In the late 1990s, by which time the TAGS project had ground to a halt, the North Slope producers, led by ARCO, investigated the TAGS concept, seeking ways to drive down costs but ultimately reaching the same conclusion that others had found: There would be too much LNG chasing a small market at high cost.

“And so the producers sort of bundled up what they had around LNG in the late 1990s and sort of put it on the shelf some place,” Keithley said.

The Port Authority

But, at around the same time, the North Slope Borough, Fairbanks North Star Borough and City of Valdez formed the Alaska Gasline Port Authority, with the objective of pursuing the TAGS concept, but reducing the project costs through the use of tax exempt municipal bonds for project funding.

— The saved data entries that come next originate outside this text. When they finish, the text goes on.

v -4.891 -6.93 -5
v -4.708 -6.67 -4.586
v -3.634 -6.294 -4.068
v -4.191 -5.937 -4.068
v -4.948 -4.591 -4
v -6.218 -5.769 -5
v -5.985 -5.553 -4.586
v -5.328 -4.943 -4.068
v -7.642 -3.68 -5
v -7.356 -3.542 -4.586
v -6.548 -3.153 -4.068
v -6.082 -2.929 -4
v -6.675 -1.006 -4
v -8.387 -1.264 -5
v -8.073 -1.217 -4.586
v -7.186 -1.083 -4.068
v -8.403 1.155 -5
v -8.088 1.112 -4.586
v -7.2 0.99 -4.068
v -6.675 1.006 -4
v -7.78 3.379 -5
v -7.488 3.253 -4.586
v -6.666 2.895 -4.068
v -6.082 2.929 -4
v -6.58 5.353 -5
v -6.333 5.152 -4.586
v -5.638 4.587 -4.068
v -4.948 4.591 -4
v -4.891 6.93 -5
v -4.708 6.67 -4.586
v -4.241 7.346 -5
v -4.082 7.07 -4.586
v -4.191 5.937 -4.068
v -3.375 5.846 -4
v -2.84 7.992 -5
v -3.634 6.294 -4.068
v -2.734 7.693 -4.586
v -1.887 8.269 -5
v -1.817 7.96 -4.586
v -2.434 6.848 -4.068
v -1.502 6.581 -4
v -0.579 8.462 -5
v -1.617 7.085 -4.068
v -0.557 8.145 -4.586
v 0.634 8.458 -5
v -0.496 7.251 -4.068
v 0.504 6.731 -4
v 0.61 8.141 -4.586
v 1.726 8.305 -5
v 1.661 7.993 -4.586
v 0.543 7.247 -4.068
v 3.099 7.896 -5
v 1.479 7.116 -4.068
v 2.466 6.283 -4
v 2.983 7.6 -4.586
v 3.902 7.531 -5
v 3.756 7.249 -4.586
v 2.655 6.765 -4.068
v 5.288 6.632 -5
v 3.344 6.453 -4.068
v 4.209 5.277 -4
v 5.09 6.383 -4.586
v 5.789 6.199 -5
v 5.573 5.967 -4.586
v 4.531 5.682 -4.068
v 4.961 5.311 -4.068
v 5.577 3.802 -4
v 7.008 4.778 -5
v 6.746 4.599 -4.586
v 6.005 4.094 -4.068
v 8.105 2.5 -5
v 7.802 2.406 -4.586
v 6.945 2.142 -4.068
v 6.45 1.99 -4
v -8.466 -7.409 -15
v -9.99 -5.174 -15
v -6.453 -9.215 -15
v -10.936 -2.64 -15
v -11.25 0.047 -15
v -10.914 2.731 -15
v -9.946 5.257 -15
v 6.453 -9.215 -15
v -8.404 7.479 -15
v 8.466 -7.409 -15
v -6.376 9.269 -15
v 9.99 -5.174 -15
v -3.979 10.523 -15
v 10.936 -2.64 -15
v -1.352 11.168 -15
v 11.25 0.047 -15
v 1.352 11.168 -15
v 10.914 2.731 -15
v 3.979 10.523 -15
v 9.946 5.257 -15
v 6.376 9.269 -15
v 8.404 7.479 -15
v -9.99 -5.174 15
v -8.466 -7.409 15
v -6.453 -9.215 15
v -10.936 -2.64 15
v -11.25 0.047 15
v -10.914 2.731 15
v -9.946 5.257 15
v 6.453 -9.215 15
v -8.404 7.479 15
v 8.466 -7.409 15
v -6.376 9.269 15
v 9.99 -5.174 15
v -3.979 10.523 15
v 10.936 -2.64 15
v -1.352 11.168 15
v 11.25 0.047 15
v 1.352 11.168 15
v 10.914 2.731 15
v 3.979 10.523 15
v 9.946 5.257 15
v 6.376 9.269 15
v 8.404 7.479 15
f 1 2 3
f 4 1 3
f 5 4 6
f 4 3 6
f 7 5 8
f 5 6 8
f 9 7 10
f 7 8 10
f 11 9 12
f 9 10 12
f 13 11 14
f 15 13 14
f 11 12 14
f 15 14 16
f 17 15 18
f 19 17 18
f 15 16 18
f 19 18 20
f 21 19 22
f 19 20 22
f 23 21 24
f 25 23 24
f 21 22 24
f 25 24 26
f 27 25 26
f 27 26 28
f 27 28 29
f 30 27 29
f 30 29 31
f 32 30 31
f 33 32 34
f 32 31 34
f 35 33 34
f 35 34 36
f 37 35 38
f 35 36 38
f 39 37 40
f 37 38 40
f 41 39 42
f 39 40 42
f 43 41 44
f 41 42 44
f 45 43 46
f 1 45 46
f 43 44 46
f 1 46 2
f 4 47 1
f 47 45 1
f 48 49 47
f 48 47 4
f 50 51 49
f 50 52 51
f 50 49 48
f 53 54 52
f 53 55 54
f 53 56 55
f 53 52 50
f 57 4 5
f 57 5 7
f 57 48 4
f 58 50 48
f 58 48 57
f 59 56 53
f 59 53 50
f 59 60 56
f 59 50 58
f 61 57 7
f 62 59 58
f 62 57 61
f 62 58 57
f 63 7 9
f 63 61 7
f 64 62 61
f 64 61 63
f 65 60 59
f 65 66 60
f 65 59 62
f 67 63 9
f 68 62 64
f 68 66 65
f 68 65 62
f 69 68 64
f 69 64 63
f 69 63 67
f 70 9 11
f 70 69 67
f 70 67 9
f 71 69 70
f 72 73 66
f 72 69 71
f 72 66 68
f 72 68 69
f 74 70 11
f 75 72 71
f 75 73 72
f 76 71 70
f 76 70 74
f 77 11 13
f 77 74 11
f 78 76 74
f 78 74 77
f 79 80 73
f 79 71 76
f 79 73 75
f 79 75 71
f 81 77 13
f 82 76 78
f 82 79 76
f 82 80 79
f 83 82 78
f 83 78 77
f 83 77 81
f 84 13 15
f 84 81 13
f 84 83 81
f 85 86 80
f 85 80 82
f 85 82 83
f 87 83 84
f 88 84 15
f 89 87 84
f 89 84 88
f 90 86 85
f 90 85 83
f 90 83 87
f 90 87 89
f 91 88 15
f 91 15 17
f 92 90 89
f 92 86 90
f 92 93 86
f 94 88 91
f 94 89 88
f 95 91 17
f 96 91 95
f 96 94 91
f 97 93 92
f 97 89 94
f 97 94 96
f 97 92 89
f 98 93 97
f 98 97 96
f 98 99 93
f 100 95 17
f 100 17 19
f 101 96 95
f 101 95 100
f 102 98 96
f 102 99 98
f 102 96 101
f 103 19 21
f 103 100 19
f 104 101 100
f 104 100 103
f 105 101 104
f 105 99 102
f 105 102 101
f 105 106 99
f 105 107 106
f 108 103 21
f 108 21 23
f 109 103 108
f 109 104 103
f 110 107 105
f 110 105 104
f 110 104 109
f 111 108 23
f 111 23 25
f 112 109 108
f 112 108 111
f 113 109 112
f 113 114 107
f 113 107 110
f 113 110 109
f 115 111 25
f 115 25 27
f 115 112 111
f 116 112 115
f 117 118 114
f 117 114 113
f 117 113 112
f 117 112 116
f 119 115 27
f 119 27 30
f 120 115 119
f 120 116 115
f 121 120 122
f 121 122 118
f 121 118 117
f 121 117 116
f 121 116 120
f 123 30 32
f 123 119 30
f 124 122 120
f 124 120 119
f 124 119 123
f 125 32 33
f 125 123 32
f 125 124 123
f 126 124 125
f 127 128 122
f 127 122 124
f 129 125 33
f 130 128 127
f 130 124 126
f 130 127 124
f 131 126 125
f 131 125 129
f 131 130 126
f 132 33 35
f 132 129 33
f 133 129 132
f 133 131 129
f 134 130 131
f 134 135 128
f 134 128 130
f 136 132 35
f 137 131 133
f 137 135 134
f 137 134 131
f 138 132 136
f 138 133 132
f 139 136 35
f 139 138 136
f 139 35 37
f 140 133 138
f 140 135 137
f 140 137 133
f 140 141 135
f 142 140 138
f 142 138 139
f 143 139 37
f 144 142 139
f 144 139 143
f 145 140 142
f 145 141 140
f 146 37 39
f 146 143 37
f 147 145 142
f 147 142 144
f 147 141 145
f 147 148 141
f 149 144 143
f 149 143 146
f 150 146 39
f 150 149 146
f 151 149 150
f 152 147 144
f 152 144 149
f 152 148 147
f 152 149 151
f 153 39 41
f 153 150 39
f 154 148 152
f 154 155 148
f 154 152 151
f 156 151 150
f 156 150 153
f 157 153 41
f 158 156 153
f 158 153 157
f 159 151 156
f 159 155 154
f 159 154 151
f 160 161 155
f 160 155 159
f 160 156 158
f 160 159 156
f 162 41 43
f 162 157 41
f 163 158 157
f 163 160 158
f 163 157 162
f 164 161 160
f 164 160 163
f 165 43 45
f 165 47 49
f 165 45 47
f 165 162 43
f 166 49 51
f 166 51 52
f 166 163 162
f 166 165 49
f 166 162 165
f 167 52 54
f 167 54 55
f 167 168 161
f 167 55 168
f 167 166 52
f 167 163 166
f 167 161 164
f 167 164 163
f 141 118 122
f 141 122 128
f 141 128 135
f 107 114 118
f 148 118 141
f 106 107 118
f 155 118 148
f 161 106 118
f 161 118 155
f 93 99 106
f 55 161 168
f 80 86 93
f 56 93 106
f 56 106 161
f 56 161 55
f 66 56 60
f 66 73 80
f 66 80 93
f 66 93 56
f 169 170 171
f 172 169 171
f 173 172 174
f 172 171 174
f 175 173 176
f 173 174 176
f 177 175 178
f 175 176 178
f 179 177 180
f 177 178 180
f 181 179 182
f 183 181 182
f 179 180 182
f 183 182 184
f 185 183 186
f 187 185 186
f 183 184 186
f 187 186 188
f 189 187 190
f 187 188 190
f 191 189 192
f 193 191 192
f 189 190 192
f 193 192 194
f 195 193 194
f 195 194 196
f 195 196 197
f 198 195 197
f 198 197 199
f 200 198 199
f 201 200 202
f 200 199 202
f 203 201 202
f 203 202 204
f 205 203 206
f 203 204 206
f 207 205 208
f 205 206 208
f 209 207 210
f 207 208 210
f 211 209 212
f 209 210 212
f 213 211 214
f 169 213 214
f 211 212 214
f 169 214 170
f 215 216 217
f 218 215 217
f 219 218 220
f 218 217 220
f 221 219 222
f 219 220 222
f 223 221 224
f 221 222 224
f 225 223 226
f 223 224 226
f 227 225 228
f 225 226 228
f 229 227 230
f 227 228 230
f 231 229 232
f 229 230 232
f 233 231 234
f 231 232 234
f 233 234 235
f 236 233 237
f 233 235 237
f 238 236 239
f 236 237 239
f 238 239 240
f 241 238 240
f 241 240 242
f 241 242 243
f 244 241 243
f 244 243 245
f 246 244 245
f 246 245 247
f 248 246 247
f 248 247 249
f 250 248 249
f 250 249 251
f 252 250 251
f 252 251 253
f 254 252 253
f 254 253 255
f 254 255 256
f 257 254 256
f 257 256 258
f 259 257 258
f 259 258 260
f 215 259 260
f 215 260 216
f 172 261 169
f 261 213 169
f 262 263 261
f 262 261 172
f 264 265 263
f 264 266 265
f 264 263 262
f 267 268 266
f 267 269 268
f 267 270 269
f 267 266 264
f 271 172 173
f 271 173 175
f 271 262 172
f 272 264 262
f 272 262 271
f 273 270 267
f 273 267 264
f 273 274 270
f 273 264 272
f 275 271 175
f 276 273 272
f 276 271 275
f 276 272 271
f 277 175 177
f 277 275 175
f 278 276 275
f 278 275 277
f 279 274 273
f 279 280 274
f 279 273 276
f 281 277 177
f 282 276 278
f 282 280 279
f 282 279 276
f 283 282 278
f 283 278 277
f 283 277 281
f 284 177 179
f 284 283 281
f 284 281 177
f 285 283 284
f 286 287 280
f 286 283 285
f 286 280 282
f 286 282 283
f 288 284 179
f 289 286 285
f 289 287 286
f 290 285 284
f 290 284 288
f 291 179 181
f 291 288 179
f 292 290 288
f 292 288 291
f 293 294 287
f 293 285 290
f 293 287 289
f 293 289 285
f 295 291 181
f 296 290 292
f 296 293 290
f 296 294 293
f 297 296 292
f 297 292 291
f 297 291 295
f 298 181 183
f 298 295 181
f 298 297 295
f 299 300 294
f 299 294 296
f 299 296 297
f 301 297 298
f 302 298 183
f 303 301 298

The proposed pipeline would create a new tax base and jobs in its municipalities, the Port Authority hoped.

The Port Authority, with various partners at various times, has continued its efforts to promote its project, right up to the present day.

“That effort is continuing today and is now showing up in the form of the (gubernatorial) campaign of the general counsel, executive director of the Alaska Gas line Port Authority, Bill Walker,” Keithley said.

And the world LNG market has changed dramatically in the past five to 10 years, with climate change and ocean acidification concerns driving China, for example, to try to move away from coal-fired power stations and instead use natural gas. New LNG terminals are coming into operation for the import of LNG on the Pacific Rim.

But, although this surge in Pacific Rim LNG demand has effectively removed the issue of Alaska LNG swamping world LNG markets, the surge in demand has been accompanied by a corresponding surge in LNG supplies from places such as Qatar, Russia and Australia. And major gas producers like Qatar enjoy the benefit of huge natural gas resources, close to tidewater and without the same level of carbon dioxide content as North Slope gas.

“So the big issue that’s going to be driving LNG going forward is the distance from tidewater and the ability to bring down costs,” Keithley said.

North Slope gas line

And the pendulum of interest in Alaska North Slope gas has swung back in recent years to the inland pipeline route through Canada, with TransCanada’s North Slope gas line project under AGIA, and the competing BP and ConocoPhillips’ Denali pipeline project.

But under the terms of AGIA, TransCanada must offer an option to deliver gas to Valdez for export as LNG through an offshoot from the main gas line. And if during the upcoming gas line open season TransCanada and its partner ExxonMobil accept bids for the delivery of gas to Valdez for LNG production, TransCanada would do some engineering work for the LNG option, Keithley said.

Denali has talked about an LNG option but has made no formal announcement on the topic, he said.

So, with the Port Authority still waiting in the wings, the possibility of eventually exporting North Slope gas through Valdez as LNG is still out there, a focus for those who see a gas line to Valdez as a vehicle to enable Alaskans to control the destiny of where Alaska gas is marketed.